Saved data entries
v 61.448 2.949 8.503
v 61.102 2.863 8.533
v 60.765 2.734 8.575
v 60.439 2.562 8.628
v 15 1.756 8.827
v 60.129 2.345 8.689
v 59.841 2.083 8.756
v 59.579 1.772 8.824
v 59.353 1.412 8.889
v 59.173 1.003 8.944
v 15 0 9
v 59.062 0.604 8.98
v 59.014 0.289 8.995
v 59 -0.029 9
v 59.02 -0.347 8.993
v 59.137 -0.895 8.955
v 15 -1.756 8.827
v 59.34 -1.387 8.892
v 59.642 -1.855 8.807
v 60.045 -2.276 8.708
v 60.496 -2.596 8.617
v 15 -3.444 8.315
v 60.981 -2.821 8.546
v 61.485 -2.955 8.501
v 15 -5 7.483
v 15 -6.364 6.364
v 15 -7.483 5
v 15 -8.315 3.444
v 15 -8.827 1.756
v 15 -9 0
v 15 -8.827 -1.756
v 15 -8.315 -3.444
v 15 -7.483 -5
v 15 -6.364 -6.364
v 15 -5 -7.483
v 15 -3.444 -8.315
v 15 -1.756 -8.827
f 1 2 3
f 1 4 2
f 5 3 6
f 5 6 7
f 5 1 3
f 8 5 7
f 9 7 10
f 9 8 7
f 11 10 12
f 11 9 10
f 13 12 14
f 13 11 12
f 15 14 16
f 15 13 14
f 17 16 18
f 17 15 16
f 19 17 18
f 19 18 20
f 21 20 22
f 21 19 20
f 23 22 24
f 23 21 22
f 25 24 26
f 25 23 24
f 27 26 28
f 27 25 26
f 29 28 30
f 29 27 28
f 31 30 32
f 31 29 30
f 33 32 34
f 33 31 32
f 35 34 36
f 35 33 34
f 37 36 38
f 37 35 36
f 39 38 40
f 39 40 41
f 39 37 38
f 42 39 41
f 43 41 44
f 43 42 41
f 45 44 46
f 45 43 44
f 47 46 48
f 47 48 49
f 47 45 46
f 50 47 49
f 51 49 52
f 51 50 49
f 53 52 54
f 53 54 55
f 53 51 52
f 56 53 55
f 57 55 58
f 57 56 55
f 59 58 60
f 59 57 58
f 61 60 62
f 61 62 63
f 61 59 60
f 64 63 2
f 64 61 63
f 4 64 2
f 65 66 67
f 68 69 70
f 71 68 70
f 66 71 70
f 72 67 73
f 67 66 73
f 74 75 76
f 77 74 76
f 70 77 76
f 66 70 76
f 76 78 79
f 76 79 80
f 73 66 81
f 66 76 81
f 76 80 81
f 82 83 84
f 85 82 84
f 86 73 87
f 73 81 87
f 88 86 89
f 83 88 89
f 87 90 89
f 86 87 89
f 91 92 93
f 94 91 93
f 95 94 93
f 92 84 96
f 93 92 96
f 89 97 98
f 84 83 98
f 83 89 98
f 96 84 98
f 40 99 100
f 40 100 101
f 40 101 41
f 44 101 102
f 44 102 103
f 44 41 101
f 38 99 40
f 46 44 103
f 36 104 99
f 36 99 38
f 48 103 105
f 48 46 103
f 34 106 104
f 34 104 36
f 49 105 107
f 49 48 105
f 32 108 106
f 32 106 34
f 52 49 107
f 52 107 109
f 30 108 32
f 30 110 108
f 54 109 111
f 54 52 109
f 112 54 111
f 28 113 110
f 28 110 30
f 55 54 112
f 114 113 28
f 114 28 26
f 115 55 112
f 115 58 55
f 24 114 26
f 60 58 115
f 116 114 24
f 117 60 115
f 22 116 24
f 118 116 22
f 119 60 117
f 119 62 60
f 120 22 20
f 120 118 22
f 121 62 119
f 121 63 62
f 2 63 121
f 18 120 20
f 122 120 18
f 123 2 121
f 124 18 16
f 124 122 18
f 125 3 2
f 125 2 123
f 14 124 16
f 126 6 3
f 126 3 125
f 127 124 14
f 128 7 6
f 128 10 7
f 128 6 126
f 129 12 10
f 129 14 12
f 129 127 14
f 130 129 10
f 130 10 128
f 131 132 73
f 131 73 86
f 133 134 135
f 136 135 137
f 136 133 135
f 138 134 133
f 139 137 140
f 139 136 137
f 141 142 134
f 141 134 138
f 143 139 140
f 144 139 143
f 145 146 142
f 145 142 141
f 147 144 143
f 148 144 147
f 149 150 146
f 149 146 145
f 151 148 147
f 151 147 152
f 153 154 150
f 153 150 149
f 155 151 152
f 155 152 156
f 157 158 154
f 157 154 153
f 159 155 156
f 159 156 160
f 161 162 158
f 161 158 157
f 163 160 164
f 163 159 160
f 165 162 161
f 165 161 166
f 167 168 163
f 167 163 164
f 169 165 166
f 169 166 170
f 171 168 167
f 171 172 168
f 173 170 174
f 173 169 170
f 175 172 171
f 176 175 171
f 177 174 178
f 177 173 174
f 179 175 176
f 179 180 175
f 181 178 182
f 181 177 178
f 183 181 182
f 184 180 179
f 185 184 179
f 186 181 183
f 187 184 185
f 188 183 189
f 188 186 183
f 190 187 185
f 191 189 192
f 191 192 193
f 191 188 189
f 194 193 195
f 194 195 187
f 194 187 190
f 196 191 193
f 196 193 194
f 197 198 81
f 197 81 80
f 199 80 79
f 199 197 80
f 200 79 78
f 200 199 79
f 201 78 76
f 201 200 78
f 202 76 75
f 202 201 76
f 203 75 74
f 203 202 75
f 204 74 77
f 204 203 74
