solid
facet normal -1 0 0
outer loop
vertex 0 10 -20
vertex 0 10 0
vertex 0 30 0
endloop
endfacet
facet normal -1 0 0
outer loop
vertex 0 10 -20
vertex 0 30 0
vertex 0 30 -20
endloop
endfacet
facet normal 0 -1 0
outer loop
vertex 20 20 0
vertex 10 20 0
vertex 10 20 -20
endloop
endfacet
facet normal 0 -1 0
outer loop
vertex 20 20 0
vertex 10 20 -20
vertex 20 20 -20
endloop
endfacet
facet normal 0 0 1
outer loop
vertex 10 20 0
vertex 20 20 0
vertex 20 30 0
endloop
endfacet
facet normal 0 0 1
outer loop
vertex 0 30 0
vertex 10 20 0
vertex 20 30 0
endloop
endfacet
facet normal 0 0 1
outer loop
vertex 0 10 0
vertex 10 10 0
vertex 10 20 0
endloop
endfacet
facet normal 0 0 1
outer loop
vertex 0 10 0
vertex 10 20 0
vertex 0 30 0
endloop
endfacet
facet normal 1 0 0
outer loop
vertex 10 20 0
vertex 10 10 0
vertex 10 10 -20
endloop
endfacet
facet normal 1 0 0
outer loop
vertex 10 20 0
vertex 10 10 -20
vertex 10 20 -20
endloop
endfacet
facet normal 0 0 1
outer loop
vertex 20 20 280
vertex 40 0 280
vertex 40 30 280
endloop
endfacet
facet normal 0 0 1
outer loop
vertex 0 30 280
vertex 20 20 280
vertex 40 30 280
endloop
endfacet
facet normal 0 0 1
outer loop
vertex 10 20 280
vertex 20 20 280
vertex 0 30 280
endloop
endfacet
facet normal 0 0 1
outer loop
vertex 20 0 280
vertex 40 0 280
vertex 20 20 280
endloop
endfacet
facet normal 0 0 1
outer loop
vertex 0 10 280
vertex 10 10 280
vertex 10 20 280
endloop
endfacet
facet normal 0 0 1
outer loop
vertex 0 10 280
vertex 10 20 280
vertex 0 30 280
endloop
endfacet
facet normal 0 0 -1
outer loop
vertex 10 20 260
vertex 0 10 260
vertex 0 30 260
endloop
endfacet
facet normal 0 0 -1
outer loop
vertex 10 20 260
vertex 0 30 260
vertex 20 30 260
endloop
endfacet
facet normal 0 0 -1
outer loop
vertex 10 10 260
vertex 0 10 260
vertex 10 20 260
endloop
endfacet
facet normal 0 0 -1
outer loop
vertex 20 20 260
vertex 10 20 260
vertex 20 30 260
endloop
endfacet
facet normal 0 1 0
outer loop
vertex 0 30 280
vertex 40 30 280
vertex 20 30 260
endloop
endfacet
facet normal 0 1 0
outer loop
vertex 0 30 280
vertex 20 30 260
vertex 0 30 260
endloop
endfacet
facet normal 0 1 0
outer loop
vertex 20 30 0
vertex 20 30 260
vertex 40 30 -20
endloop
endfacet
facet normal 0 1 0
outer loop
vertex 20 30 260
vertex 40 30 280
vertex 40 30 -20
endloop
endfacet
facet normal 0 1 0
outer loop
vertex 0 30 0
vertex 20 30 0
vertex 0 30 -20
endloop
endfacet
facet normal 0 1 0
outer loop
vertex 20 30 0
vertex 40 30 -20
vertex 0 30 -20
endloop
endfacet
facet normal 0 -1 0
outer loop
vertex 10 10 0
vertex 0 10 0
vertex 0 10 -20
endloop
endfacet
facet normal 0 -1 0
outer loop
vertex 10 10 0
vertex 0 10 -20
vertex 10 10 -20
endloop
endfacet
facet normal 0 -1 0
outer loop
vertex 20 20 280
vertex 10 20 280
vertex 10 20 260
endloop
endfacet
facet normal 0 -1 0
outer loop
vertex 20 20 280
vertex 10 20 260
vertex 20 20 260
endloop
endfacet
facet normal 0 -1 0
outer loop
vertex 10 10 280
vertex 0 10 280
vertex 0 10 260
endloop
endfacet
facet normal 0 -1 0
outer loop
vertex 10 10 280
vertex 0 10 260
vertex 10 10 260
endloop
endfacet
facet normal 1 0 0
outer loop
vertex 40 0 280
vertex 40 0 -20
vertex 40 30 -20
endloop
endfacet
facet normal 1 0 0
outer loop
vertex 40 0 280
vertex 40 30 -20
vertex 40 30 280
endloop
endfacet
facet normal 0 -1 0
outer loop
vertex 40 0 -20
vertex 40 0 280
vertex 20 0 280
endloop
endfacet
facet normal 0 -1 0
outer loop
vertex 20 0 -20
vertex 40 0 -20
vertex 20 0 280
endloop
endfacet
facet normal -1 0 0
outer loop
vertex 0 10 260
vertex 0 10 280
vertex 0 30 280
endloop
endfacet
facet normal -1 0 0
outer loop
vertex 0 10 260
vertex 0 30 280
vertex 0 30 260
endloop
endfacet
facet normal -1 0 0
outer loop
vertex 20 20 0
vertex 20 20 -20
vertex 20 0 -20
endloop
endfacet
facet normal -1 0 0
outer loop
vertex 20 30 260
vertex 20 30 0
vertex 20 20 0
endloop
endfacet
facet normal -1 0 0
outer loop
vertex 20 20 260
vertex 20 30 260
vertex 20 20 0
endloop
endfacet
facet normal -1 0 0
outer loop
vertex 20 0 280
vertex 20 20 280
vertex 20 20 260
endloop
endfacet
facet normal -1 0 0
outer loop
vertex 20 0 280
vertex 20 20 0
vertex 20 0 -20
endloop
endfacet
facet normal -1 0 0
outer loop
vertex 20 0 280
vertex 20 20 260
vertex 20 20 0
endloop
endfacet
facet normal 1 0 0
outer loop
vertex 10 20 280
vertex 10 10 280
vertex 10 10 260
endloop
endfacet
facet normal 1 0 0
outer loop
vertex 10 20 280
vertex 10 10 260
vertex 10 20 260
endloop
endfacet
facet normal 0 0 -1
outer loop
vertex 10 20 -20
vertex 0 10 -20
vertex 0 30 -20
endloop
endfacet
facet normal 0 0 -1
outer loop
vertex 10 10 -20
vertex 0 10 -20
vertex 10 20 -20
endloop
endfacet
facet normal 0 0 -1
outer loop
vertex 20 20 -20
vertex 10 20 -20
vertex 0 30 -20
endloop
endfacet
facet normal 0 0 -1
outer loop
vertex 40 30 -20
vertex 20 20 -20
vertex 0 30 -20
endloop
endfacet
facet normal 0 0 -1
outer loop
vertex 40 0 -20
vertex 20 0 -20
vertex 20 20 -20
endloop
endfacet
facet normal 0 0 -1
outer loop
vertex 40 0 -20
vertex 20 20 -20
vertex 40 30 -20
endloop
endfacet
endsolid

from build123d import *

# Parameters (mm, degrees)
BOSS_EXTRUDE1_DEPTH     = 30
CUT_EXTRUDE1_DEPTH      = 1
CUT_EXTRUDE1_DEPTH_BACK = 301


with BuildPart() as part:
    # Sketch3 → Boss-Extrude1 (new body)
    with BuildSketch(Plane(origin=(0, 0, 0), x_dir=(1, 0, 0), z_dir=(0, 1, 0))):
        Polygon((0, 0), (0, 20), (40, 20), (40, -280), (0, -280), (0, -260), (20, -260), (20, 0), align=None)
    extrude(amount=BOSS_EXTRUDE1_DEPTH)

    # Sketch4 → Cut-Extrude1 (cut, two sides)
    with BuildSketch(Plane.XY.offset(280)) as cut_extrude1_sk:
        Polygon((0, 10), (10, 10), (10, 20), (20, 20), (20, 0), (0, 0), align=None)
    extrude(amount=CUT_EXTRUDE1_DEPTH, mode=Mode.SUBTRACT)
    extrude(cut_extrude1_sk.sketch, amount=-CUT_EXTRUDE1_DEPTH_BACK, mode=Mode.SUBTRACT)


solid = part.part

● What is needed
Copy out, word for word, the part of the entries above that begins at the line with "f 125 2 123" and ends at the line with "f 159 155 156", including both.

● Solution to this task
f 125 2 123
f 14 124 16
f 126 6 3
f 126 3 125
f 127 124 14
f 128 7 6
f 128 10 7
f 128 6 126
f 129 12 10
f 129 14 12
f 129 127 14
f 130 129 10
f 130 10 128
f 131 132 73
f 131 73 86
f 133 134 135
f 136 135 137
f 136 133 135
f 138 134 133
f 139 137 140
f 139 136 137
f 141 142 134
f 141 134 138
f 143 139 140
f 144 139 143
f 145 146 142
f 145 142 141
f 147 144 143
f 148 144 147
f 149 150 146
f 149 146 145
f 151 148 147
f 151 147 152
f 153 154 150
f 153 150 149
f 155 151 152
f 155 152 156
f 157 158 154
f 157 154 153
f 159 155 156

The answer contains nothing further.